【第4回】ONNX Runtimeで高速推論を実現する

Posted at 2025-12-13

ねらい

ONNX Runtimeを使って、ONNXモデルの推論を高速に実行できるようになる。

対象

第3回でONNXモデルを作成できるようになった人
モデルの推論速度を改善したい人
本番環境へのデプロイを考えている人

ゴール

ONNX Runtimeの基本的な使い方をマスター
CPU/GPU推論の切り替えができる
パフォーマンス最適化の基本を理解する

TL;DR

ONNX RuntimeはMicrosoft製の高速推論エンジン
InferenceSession でモデルをロードし、run() で推論
CUDAExecutionProvider でGPU推論
IOBindingでCPU-GPU間のデータ転送を最適化

ONNX Runtimeとは

まず公式の説明を見てみよう。

ONNX Runtime is a cross-platform machine-learning model accelerator, with a flexible interface to integrate hardware-specific libraries.

（ONNX Runtimeは、ハードウェア固有のライブラリを統合するための柔軟なインターフェースを備えた、クロスプラットフォームの機械学習モデルアクセラレータである。

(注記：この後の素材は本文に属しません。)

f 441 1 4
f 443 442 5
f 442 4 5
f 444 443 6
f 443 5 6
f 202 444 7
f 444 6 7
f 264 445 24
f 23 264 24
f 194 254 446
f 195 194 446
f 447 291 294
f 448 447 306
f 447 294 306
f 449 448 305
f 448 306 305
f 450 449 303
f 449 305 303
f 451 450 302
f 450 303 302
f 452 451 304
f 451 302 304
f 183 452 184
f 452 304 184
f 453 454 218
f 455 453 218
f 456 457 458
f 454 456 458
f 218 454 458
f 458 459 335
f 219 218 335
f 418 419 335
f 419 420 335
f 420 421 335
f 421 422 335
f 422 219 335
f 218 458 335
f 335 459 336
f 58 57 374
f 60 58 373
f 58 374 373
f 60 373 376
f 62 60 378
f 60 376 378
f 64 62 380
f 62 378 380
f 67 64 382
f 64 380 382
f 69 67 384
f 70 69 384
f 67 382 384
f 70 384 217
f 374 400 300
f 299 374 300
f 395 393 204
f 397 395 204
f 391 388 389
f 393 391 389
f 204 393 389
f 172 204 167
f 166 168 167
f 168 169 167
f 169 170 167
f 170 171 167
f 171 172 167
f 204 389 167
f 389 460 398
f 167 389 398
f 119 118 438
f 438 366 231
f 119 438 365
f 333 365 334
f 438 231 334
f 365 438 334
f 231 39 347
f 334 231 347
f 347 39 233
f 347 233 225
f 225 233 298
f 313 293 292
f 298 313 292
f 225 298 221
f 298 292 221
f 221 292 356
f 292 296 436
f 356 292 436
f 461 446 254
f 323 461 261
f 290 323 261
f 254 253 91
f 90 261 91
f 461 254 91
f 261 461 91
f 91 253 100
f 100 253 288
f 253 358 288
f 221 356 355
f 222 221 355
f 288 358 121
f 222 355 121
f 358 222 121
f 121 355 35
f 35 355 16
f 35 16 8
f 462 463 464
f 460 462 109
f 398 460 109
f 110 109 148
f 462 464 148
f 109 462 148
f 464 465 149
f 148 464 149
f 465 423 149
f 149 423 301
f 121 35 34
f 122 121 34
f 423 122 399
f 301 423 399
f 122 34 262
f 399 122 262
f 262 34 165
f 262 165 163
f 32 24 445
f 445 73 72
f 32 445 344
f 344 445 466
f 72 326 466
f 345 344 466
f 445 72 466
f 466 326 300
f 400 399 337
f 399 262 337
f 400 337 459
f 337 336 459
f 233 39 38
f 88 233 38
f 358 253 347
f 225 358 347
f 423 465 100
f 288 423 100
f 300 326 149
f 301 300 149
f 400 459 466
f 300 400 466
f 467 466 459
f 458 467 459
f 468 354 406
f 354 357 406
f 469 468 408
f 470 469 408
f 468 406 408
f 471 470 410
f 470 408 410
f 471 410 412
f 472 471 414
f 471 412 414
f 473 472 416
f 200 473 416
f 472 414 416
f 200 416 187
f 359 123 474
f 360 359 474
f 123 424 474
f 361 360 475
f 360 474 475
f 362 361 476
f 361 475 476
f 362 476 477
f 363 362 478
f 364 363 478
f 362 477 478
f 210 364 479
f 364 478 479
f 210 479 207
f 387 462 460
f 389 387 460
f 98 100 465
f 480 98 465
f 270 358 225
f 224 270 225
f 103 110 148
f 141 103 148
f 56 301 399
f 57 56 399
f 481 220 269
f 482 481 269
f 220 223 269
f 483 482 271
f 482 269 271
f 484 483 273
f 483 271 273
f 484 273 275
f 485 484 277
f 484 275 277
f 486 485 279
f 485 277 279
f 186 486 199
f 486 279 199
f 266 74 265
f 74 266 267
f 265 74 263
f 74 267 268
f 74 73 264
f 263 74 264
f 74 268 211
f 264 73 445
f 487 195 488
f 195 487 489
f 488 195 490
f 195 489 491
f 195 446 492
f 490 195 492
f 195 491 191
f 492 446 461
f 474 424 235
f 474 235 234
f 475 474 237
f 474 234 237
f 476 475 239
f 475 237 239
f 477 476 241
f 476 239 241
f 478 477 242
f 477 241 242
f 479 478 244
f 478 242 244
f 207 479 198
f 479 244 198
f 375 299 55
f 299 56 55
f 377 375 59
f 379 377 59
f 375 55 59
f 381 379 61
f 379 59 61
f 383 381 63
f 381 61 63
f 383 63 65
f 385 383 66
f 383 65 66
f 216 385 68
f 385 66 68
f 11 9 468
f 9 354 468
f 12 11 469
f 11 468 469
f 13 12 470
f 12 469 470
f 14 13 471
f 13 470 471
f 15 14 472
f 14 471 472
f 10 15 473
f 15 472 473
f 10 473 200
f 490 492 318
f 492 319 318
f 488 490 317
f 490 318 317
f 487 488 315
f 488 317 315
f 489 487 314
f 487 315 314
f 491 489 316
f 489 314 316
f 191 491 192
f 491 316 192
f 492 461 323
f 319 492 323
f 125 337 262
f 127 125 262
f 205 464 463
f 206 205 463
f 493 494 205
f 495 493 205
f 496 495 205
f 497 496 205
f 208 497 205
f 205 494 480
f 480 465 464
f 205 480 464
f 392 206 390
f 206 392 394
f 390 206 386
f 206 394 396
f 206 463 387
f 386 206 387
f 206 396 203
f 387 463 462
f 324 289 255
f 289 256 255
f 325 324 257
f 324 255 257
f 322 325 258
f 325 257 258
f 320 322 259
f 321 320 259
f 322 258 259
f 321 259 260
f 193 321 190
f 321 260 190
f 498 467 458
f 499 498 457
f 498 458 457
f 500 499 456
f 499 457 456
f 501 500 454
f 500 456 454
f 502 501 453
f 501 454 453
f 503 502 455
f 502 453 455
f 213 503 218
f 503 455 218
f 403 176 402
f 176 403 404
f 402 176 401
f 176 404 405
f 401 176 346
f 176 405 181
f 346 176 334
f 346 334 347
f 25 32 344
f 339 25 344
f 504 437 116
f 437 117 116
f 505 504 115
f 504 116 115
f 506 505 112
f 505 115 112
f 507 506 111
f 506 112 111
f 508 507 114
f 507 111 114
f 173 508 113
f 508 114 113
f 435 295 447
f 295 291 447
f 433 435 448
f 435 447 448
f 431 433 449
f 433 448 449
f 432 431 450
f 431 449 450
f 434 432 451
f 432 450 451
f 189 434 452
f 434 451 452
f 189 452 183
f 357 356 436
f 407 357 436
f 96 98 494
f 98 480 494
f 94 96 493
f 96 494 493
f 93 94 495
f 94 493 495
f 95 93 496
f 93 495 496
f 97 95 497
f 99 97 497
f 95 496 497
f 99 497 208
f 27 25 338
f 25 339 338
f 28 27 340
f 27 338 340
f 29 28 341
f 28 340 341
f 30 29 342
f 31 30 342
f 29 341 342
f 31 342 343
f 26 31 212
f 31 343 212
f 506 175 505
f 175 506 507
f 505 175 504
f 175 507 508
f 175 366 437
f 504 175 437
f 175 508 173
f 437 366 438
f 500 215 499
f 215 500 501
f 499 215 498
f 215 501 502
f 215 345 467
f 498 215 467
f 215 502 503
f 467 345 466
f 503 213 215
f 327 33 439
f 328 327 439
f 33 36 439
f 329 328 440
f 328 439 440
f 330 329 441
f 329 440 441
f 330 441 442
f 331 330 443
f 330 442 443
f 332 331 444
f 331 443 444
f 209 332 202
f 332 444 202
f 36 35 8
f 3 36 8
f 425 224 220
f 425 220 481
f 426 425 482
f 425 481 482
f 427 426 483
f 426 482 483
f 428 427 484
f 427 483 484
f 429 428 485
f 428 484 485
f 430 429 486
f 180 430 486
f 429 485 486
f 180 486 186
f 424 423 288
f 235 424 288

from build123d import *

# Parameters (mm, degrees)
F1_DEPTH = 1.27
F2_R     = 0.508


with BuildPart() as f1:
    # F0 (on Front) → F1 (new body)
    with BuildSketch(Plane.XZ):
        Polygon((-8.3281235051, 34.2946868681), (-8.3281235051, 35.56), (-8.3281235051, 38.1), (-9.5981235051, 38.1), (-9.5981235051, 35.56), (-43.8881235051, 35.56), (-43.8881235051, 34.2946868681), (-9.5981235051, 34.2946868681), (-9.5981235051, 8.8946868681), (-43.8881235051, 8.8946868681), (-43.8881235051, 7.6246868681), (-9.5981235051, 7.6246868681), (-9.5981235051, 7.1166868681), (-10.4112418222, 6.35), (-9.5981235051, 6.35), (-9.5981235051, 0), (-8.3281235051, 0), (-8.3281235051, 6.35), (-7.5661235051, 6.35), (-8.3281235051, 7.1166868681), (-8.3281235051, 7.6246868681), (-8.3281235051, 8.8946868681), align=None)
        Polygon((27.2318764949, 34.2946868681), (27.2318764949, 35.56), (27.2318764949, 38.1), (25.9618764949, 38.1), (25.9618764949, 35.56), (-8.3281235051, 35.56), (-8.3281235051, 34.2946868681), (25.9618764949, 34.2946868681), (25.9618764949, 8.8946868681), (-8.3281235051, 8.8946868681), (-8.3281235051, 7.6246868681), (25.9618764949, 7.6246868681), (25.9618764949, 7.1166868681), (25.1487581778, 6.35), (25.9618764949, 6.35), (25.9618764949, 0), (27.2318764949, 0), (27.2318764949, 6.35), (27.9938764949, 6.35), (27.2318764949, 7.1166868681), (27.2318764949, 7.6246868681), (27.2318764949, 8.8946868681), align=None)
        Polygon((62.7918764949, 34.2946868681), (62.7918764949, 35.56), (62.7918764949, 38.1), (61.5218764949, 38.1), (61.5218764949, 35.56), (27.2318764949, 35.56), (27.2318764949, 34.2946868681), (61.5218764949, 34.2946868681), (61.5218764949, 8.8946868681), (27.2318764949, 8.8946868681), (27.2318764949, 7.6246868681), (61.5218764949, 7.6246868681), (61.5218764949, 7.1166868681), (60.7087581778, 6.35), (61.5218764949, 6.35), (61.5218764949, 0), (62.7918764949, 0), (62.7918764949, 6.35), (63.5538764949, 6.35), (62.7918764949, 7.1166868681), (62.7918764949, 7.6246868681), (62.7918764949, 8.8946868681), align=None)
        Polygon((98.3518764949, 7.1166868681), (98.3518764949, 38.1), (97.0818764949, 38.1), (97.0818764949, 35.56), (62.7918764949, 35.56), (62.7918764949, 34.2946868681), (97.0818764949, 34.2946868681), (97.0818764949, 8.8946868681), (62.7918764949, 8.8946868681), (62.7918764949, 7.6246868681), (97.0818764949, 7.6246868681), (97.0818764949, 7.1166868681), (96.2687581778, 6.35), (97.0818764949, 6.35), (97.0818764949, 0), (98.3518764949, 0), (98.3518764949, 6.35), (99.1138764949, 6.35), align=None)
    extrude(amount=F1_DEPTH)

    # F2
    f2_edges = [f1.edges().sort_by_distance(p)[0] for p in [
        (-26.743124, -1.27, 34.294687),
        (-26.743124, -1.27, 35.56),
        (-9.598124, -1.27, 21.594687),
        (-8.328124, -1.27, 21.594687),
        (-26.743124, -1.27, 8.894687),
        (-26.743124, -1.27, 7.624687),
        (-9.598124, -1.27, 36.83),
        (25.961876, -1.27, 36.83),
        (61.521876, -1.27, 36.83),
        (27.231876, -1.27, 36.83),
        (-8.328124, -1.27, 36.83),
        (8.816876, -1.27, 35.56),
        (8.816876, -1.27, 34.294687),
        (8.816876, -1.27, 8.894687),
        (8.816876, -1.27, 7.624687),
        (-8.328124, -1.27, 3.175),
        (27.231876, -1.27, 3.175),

）

出典: ONNX Runtime Documentation

要するに、ONNXモデルを高速に動かすためのエンジンだ。

なぜONNX Runtimeを使うのか

PyTorchやTensorFlowでも推論はできる。しかし、これらは「訓練も推論もできる汎用フレームワーク」だ。

ONNX Runtimeは推論に特化している。だから速い。

High-scale Microsoft services such as Bing, Office, and Azure AI use ONNX Runtime. Although performance gains depend on many factors, these Microsoft services average a 2x performance gain on CPU because they use ONNX.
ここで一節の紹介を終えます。